What Leo Xu’s Move to David Zwirner Says about the Chinese Art Market
Left to right: Jennifer Yum, David Zwirner, and Leo Xu. Photo by Anna Bauer. Courtesy of David Zwirner, New York/London.
The news that David Zwirner’s new Hong Kong space will be run by young dealer Leo Xu highlights the challenges for emerging galleries and artists amidst growing demand for international art stars in Asia’s fast-evolving market.
Xu, whose six-year-old Shanghai gallery Leo Xu Projects will close at the end of the year, said Zwirner’s presence in the region will bring an international platform and resources that will bolster and support Chinese artists, but acknowledged that none of his current artists will join the mega-gallery’s roster, which is made up of largely big-name international artists such as Luc Tuymans, Yayoi Kusama, and Carol Bove.
The news of Xu’s gallery’s impending closure comes amidst a rise of Shanghai’s stock on the international art scene; two fairs, West Bund Art & Design and Art021, open here this week. However, it follows the closure of fellow Shanghai gallery Studio Rouge in 2014, and a series of gallery shutterings in New York and London, including similarly well-respected, much beloved operations such as Andrea Rosen, Feuer/Mesler, and Vilma Gold.
“The world over we are witnessing the phenomenon of big galleries getting bigger, mid-tier ones closing, and small emerging galleries struggling to get by (and subsequently feed the big galleries),” said Mathieu Borysevicz, founder and director of Shanghai gallery BANK/MABSOCIETY, in a WeChat message. “Shanghai is not exempt and Leo’s move is sort of a testimony to this.”
An “influx of Western art”
The arrival in Asia of mega-galleries like David Zwirner and Hauser & Wirth, both opening in Hong Kong in early 2018, could crowd out the market for local artists by making established international names available year-round, at Chinese buyers’ doorsteps. While their tastes are growing increasingly sophisticated, Chinese collectors are known for their affinity for established names and high price points, which will likely be reinforced by greater proximity to a greater supply of those artists.
“The influx of Western art will almost inevitably direct money away from Chinese artists,” said Josef Ng, the managing director for Asia at Pearl Lam Galleries. But he hopes that eventually, increased education and exposure will lead Chinese collectors to look back to artists from their homeland for “something new, something different and something more from this locale.”
Zwirner brings resources for international projects
David Zwirner and Leo Xu began their conversation at Art Basel in Hong Kong this past March. The fair, in its fifth year, had grown to over 240 dealers from 34 countries, with an increasingly international audience and a noticeable uptick in the sophistication of Asian buyers.
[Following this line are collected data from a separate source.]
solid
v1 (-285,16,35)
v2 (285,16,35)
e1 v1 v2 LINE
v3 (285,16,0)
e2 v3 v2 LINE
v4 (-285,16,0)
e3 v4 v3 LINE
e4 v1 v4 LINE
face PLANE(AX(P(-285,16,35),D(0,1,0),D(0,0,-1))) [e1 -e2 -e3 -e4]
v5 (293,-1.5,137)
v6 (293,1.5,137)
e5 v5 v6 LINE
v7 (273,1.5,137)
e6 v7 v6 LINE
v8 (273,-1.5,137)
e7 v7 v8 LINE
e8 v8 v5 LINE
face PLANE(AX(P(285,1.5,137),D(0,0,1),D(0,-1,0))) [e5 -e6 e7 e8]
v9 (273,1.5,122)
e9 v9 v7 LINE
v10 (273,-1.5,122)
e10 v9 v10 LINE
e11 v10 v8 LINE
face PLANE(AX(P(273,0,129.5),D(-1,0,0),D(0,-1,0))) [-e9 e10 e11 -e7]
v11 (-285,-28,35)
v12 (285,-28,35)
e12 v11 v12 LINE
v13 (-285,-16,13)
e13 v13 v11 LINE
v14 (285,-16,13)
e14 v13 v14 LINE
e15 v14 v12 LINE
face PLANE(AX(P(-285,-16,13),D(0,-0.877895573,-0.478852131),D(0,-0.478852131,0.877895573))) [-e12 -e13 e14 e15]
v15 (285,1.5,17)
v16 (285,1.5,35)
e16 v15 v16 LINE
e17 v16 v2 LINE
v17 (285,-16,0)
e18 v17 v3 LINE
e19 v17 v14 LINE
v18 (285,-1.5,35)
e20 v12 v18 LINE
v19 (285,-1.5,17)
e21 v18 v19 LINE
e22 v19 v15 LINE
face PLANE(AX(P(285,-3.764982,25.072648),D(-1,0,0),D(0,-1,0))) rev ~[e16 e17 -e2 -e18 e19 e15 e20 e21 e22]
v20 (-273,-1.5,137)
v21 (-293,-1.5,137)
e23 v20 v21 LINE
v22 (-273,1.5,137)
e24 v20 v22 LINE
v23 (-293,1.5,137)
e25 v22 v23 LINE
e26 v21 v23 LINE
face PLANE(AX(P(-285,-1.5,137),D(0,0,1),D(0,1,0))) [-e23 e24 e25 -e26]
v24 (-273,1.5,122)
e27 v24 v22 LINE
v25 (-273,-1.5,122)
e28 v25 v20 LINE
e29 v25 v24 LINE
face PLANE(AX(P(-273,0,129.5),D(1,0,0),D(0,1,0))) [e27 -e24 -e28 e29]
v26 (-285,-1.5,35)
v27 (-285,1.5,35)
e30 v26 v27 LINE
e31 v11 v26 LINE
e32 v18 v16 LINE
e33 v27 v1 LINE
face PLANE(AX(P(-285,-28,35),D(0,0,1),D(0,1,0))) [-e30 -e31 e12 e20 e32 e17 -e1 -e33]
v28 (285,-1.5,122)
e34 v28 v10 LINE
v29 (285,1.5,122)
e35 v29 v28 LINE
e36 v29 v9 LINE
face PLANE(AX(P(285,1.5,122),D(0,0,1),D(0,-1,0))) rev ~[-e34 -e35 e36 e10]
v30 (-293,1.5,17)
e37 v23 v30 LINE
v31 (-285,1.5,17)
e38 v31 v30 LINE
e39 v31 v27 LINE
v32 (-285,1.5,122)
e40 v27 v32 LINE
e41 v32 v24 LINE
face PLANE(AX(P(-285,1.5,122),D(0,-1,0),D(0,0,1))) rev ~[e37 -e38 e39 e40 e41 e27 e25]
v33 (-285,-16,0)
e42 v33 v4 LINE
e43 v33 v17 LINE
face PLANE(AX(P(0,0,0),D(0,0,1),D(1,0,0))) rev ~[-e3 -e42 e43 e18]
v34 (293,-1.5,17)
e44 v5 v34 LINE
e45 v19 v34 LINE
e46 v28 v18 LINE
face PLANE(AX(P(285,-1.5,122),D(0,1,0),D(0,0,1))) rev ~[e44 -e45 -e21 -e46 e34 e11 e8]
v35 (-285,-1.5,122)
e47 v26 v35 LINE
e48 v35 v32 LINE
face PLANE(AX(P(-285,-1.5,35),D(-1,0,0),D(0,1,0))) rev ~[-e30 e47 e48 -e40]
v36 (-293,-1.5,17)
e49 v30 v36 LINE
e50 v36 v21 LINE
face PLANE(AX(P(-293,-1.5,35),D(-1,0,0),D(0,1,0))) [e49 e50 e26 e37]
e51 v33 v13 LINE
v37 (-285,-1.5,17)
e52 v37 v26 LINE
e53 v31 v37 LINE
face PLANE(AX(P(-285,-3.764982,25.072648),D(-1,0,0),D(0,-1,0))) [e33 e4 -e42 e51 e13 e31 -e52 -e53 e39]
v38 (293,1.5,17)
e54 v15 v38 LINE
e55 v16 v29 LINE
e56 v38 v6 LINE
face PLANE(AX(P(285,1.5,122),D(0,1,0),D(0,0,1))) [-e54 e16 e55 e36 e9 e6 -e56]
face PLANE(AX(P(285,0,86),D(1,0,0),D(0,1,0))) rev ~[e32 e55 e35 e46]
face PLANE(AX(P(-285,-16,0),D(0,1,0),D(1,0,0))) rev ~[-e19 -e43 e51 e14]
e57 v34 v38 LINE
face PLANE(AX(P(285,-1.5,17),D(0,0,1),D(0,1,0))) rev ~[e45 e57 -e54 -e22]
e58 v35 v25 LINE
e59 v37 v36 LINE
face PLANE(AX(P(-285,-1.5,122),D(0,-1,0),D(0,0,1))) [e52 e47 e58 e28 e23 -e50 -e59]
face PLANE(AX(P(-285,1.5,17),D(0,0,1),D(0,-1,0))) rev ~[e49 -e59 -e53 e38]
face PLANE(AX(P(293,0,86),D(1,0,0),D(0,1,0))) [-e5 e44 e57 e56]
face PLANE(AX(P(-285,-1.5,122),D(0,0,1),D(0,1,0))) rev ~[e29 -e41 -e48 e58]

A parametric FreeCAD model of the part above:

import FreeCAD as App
import Part
import Sketcher

V = App.Vector
Q = App.Units.Quantity

doc = App.newDocument("Part")
body = doc.addObject("PartDesign::Body", "Body")

# Sketch on XY plane
sketch1 = doc.addObject("Sketcher::SketchObject", "Sketch")
body.addObject(sketch1)
sketch1.AttachmentSupport = (doc.XY_Plane, [""])
sketch1.MapMode = "FlatFace"
sketch1.addGeometry(Part.LineSegment(V(-285, 16, 0), V(-285, -16, 0)), False)
sketch1.addGeometry(Part.LineSegment(V(-285, -16, 0), V(285, -16, 0)), False)
sketch1.addGeometry(Part.LineSegment(V(285, -16, 0), V(285, 16, 0)), False)
sketch1.addGeometry(Part.LineSegment(V(285, 16, 0), V(-285, 16, 0)), False)
sketch1.addConstraint(Sketcher.Constraint("Coincident", 0, 2, 1, 1))
sketch1.addConstraint(Sketcher.Constraint("Coincident", 1, 2, 2, 1))
sketch1.addConstraint(Sketcher.Constraint("Coincident", 2, 2, 3, 1))
sketch1.addConstraint(Sketcher.Constraint("Coincident", 3, 2, 0, 1))
sketch1.addConstraint(Sketcher.Constraint("Vertical", 0))
sketch1.addConstraint(Sketcher.Constraint("Horizontal", 1))
sketch1.addConstraint(Sketcher.Constraint("Vertical", 2))
sketch1.addConstraint(Sketcher.Constraint("Horizontal", 3))
sketch1.addConstraint(Sketcher.Constraint("Symmetric", 0, 2, 2, 2, -1, 1))
sketch1.addConstraint(Sketcher.Constraint("DistanceX", 1, 1, 1, 2, Q("570 mm")))
sketch1.addConstraint(Sketcher.Constraint("DistanceY", 0, 2, 0, 1, Q("32 mm")))
pad1 = doc.addObject("PartDesign::Pad", "Pad")
body.addObject(pad1)
pad1.Profile = sketch1
pad1.Length = 13

# Sketch on YZ plane
sketch2 = doc.addObject("Sketcher::SketchObject", "Sketch001")
body.addObject(sketch2)
sketch2.AttachmentSupport = (doc.YZ_Plane, [""])
sketch2.MapMode = "FlatFace"
sketch2.AttachmentOffset = App.Placement(V(0, 0, -285), App.Rotation())
sketch2.addGeometry(Part.LineSegment(V(16, 13, 0), V(-16, 13, 0)), False)
sketch2.addGeometry(Part.LineSegment(V(-16, 13, 0), V(-28, 35, 0)), False)
sketch2.addGeometry(Part.LineSegment(V(-28, 35, 0), V(16, 35, 0)), False)
sketch2.addGeometry(Part.LineSegment(V(16, 35, 0), V(16, 13, 0)), False)
sketch2.addConstraint(Sketcher.Constraint("Coincident", 0, 2, 1, 1))
sketch2.addConstraint(Sketcher.Constraint("Coincident", 1, 2, 2, 1))
sketch2.addConstraint(Sketcher.Constraint("Coincident", 2, 2, 3, 1))
sketch2.addConstraint(Sketcher.Constraint("Coincident", 3, 2, 0, 1))
sketch2.addConstraint(Sketcher.Constraint("Horizontal", 0))
sketch2.addConstraint(Sketcher.Constraint("Horizontal", 2))
sketch2.addConstraint(Sketcher.Constraint("Vertical", 3))
sketch2.addConstraint(Sketcher.Constraint("DistanceX", 0, 2, 0, 1, Q("32 mm")))
sketch2.addConstraint(Sketcher.Constraint("DistanceX", 2, 1, 2, 2, Q("44 mm")))
sketch2.addConstraint(Sketcher.Constraint("DistanceY", 3, 2, 3, 1, Q("22 mm")))
sketch2.addConstraint(Sketcher.Constraint("DistanceX", 0, 2, -1, 1, Q("16 mm")))
sketch2.addConstraint(Sketcher.Constraint("DistanceY", -1, 1, 0, 2, Q("13 mm")))
pad2 = doc.addObject("PartDesign::Pad", "Pad001")
body.addObject(pad2)
pad2.Profile = sketch2
pad2.Length = 570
Xu had become known for presenting innovative exhibitions by young and emerging Chinese artists, such as Pixy Yijun Liao, Shiyuan Liu, Chen Wei and Xu Wenkai, better known as aaajiao. Many of their projects focus on urbanism and the relationship between new media and its influence on the visual culture of modern China. Working with institutions such as the Power Station of Art in Shanghai and the Jewish Museum in New York, Xu had been at the forefront of an international dialogue.
But Xu said staging ambitious, internationally oriented programming, combined with running an artists residency and the cost and work of traveling to fairs, had stretched him thin. Despite the name he was making for his artists and his space, he felt his efforts were unsustainable.
“It’s becoming harder to travel and participate in major international art fairs…considering costs, logistics, staging offsite projects around the world while running a dynamic exhibition project back home,” he said. Moving to Zwirner enables him to continue these kinds of international projects with more resources. Although he will no longer represent his current roster at Zwirner, he said he will continue to work closely with them once the gallery shuts its doors, in particular connecting them with international and local institutions.
“I see many opportunities to work with my artists in the future, and they’re in a great position to go out and grow internationally,” he said, pointing to Liu’s debut solo show with New York stalwart Tanya Bonakdar Gallery, which opens in February 2018. Xu said he and his colleagues at Zwirner are working to determine which local artists they can bring onto their roster to help strengthen the gallery’s presence in Asia and to further the appreciation for contemporary Chinese art internationally; the timeline for this to take place is, however, not set.
In the meantime, it’s unclear who will help today’s cohort of emerging artists grow. Xu was one of the few who was promoting his artists abroad and bringing them into dialogue with international artists.
“I think we’re all waiting to see what the impact of losing such a well-respected gallery mainstay will have overall,” said Shanghai-based independent curator Leigh Tanner.